In 20 anni di controllo statunitense la già precaria condizione


dell’Afghanistan è ulteriormente peggiorata: gli Usa insieme con la
coalizione occidentale ha impiegato il 90% dei propri fondi in spese
militari e solo il 10% in infrastrutture civili. In vent’anni i progressi per
loro sono stati insignificanti e le perdite umane altissime, decine di
migliaia di morti deceduti negli ultimi anni più nei raid americani e
Nato che non negli scontri con i talebani. I 36 milioni afghani – di cui
cinque-sei milioni sono profughi- vivono in media con meno di due
dollari al giorno. In particolare perdono le donne che erano riuscite a
rivendicare il diritto allo studio e un certo grado di autonomia
personale, del tutto negato nel primo Emirato dei talebani.
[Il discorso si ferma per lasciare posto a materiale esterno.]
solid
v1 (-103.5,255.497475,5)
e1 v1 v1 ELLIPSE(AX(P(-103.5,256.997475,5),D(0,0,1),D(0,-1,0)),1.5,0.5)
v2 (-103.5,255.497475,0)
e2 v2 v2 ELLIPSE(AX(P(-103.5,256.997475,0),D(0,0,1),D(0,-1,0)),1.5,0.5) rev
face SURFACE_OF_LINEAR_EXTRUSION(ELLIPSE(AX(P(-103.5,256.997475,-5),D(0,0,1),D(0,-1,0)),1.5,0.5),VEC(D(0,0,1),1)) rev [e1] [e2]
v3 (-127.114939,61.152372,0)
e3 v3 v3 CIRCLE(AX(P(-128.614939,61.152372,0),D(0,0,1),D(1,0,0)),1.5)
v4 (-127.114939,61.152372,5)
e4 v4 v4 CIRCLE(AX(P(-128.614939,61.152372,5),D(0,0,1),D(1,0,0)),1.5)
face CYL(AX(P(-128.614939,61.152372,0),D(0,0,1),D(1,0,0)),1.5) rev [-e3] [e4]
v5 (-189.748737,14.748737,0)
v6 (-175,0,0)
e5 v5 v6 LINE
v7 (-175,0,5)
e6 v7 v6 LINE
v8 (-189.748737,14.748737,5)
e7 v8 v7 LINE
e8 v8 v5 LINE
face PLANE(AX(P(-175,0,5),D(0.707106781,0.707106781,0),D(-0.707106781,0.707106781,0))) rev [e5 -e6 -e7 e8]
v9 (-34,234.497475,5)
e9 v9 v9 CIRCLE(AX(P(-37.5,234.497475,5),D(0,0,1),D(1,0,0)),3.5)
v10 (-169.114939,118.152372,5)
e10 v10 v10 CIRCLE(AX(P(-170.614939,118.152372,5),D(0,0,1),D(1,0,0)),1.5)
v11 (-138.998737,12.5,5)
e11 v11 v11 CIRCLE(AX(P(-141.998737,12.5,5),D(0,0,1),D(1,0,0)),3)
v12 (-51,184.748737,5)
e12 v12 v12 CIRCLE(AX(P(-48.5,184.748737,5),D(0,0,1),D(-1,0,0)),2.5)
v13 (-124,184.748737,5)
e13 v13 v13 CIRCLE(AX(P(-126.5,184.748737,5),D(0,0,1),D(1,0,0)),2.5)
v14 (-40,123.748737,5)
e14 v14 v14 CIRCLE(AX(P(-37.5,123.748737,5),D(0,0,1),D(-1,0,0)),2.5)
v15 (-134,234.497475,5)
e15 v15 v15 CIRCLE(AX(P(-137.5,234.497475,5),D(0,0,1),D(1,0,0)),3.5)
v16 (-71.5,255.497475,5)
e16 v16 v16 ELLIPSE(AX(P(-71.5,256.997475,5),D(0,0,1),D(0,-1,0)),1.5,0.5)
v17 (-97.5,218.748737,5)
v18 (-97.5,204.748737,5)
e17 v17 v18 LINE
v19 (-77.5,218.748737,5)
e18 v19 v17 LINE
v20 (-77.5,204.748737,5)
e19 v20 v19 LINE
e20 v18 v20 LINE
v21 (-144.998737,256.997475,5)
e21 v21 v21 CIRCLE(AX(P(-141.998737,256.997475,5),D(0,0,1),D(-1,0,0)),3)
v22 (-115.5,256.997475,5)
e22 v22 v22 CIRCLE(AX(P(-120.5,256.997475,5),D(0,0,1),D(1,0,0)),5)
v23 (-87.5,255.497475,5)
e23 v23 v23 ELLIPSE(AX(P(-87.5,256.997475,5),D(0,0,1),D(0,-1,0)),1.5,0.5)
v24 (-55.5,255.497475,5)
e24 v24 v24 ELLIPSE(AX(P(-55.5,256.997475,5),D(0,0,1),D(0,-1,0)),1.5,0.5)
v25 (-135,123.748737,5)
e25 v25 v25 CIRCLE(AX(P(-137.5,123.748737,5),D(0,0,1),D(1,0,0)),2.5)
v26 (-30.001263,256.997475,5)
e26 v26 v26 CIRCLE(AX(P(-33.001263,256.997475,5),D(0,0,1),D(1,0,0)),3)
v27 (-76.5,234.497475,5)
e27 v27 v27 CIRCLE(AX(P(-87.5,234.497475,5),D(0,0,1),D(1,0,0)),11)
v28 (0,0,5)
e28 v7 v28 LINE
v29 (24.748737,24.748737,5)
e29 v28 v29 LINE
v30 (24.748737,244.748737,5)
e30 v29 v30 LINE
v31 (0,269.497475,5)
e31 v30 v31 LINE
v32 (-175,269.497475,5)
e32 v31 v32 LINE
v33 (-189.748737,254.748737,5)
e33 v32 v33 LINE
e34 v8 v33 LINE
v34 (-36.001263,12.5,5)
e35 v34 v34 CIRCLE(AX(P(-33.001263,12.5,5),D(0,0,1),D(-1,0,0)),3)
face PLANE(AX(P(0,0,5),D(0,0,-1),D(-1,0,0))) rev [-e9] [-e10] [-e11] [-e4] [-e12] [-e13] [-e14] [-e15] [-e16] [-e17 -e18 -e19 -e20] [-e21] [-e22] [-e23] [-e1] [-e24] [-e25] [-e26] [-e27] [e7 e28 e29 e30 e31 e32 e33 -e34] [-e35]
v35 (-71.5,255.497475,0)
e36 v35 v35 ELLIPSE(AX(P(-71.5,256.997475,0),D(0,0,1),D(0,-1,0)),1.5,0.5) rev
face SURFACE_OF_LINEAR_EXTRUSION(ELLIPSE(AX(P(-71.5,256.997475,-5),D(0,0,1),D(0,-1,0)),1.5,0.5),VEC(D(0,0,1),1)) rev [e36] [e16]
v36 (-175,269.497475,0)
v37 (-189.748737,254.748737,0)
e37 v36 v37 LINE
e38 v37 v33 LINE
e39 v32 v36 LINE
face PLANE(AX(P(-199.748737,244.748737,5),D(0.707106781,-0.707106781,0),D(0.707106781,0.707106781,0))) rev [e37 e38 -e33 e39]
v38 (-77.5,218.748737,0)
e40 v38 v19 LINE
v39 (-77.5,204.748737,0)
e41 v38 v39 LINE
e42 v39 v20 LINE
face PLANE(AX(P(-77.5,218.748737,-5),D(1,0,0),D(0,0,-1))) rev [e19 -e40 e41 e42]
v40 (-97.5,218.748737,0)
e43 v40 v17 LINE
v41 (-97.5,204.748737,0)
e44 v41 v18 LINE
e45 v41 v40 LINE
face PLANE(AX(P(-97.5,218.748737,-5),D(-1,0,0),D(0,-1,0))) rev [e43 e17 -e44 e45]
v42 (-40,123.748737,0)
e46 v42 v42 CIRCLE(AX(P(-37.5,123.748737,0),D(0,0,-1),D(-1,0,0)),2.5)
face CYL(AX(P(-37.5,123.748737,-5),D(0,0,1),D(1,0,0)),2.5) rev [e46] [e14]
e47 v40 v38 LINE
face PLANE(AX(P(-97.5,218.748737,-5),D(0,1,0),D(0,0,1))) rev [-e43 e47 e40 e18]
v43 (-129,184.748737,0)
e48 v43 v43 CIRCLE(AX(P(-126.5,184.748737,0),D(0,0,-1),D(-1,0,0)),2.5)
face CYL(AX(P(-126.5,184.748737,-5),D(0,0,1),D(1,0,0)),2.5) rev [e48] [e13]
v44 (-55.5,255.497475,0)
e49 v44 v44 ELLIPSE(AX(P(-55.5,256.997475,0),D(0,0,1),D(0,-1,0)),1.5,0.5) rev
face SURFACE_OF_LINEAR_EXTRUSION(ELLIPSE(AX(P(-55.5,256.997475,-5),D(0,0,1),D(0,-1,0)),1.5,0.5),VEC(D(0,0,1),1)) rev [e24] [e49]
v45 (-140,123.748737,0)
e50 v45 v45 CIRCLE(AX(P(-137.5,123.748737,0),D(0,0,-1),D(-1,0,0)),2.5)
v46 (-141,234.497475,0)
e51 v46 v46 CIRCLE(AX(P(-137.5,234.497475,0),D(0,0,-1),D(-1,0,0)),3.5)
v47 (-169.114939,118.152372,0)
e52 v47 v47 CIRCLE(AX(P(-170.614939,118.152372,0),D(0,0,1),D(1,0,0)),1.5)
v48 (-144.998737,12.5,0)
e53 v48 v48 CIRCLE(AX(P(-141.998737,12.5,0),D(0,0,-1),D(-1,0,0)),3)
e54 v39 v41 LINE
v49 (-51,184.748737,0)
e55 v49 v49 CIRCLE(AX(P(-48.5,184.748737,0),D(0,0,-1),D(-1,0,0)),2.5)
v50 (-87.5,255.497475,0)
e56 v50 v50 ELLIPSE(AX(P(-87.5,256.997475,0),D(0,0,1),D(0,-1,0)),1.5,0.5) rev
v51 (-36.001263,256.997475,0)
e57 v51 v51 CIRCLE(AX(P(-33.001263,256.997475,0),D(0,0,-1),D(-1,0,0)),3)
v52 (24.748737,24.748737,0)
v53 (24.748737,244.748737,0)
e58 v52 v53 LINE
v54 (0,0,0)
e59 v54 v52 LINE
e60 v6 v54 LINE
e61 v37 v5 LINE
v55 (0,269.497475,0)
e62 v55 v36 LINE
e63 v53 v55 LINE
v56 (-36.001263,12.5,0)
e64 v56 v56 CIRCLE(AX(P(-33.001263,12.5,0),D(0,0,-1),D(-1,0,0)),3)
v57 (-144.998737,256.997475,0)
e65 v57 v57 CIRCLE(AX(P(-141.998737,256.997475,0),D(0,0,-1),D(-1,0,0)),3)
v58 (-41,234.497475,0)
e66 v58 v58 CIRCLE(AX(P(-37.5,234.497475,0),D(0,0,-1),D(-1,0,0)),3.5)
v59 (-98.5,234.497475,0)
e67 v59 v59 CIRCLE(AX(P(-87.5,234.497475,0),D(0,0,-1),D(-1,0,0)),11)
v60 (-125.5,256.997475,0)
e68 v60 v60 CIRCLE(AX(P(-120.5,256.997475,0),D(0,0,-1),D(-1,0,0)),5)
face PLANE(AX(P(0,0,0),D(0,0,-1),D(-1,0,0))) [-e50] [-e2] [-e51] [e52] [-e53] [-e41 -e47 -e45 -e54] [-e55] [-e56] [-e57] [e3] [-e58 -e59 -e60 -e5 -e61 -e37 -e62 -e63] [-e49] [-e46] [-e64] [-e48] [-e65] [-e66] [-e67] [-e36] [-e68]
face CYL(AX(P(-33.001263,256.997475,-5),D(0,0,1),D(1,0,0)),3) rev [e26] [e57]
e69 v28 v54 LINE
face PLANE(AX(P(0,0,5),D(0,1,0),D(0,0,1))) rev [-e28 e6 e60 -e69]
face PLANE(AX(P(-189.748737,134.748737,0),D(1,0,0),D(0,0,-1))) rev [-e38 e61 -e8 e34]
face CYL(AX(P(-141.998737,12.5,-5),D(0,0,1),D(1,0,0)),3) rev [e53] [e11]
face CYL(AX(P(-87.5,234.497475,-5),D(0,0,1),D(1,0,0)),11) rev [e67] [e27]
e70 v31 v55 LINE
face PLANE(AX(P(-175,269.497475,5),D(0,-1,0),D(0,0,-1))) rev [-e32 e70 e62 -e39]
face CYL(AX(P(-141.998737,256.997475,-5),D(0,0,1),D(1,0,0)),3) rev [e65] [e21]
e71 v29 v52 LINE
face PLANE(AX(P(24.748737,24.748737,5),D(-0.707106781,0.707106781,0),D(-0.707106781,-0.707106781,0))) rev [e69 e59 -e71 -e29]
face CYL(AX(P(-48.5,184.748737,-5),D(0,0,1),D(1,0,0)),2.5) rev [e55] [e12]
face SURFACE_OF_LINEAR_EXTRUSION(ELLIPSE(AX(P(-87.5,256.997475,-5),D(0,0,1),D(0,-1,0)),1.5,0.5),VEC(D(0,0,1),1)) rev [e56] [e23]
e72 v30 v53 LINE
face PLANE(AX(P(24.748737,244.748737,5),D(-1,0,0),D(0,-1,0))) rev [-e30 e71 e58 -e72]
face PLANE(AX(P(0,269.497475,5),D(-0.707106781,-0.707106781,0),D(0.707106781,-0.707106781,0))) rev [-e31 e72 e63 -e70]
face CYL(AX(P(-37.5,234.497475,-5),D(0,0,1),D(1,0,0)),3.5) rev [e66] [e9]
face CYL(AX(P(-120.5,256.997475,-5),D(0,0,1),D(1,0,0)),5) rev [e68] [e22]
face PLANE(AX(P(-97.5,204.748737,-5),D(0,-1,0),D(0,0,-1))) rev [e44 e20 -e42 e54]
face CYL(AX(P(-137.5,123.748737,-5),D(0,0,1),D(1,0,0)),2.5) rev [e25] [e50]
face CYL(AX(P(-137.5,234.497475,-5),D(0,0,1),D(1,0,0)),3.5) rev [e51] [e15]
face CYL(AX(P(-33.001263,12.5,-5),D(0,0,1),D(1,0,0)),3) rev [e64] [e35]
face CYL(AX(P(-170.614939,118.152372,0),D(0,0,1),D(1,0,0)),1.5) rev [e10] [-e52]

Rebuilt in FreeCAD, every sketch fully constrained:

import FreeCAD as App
import Part
import Sketcher
from FreeCAD import Vector
Q = App.Units.Quantity

doc = App.newDocument("Part")
params = doc.addObject("Spreadsheet::Sheet", "Params")
for row, (alias, value) in enumerate([
    ("sketch1_width", "175 mm"),
    ("sketch1_height", "220 mm"),
    ("sketch1_length", "35 mm"),
    ("pad1_length", "5 mm"),
    ("sketch2_diameter", "10 mm"),
    ("pocket1_length", "10 mm"),
    ("sketch3_diameter", "22 mm"),
    ("sketch3_diameter2", "7 mm"),
    ("sketch3_width", "20 mm"),
    ("sketch3_height", "14 mm"),
    ("pocket2_length", "10 mm"),
    ("sketch4_diameter", "6 mm"),
    ("sketch4_diameter2", "5 mm"),
    ("pocket3_length", "10 mm"),
    ("sketch5_diameter", "3 mm"),
    ("sketch5_width", "10 mm"),
    ("pocket4_length", "5 mm"),
], start=1):
    params.set(f"A{row}", alias)
    params.set(f"B{row}", "=" + value)
    params.setAlias(f"B{row}", alias)

body = doc.addObject("PartDesign::Body", "Body")

# Sketch on XY plane
sketch1 = body.newObject("Sketcher::SketchObject", "Sketch")
sketch1.AttachmentSupport = (doc.getObject("XY_Plane"), [""])
sketch1.MapMode = "FlatFace"
sketch1.addGeometry(Part.LineSegment(Vector(-175, 0, 0), Vector(0, 0, 0)), False)
sketch1.addGeometry(Part.LineSegment(Vector(0, 0, 0), Vector(24.748737, 24.748737, 0)), False)
sketch1.addGeometry(Part.LineSegment(Vector(24.748737, 24.748737, 0), Vector(24.748737, 244.748737, 0)), False)
sketch1.addGeometry(Part.LineSegment(Vector(24.748737, 244.748737, 0), Vector(0, 269.497475, 0)), False)
sketch1.addGeometry(Part.LineSegment(Vector(0, 269.497475, 0), Vector(-175, 269.497475, 0)), False)
sketch1.addGeometry(Part.LineSegment(Vector(-175, 269.497475, 0), Vector(-199.748737, 244.748737, 0)), False)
L’Emirato II° forse sarà, si spera, un po’ meno duro o solo più
pragmatico. Tra l’altro oltre alle donne pure i maschi a scuola ci
vanno assai poco, se non nelle madrase dei mullah: il sistema
d’istruzione statale è allo sfascio. In estrema sintesi non c’è un
singolo parametro economico reale che è migliore rispetto a venti
anni fa, nonostante le chiacchiere inutili di chi è là da tempo pronto a
sfruttare le risorse a disposizione e falsando facilmente i numeri per
fare propaganda americana. Il clima di odio con chi ha collaborato
con gli occidentali è alimentato non solo dai talebani e dalla religione,
ma dal fatto che ad eccezione di questa cerchia ristretta di privilegiati
il resto della popolazione viene sfruttata, lasciata in condizioni misere
di povertà e ha visto peggiorare ulteriormente le proprie condizioni di
vita sotto l’occupazione americana.
21 settembre: i principali membri del governo ad interim dei talebani
incontrano gli inviati speciali di Russia, Cina e Pakistan, nuovo passo
verso il riconoscimento internazionale.

12 ottobre: il ministro degli Esteri dei talebani, Amir Khan Muttaqi,


dice che “l’Afghanistan è pronto ad aprire una nuova pagina di
rapporti con la comunità internazionale", ma l'Emirato Islamico chiede
agli altri Paesi di "non interferire con i propri affari interni”.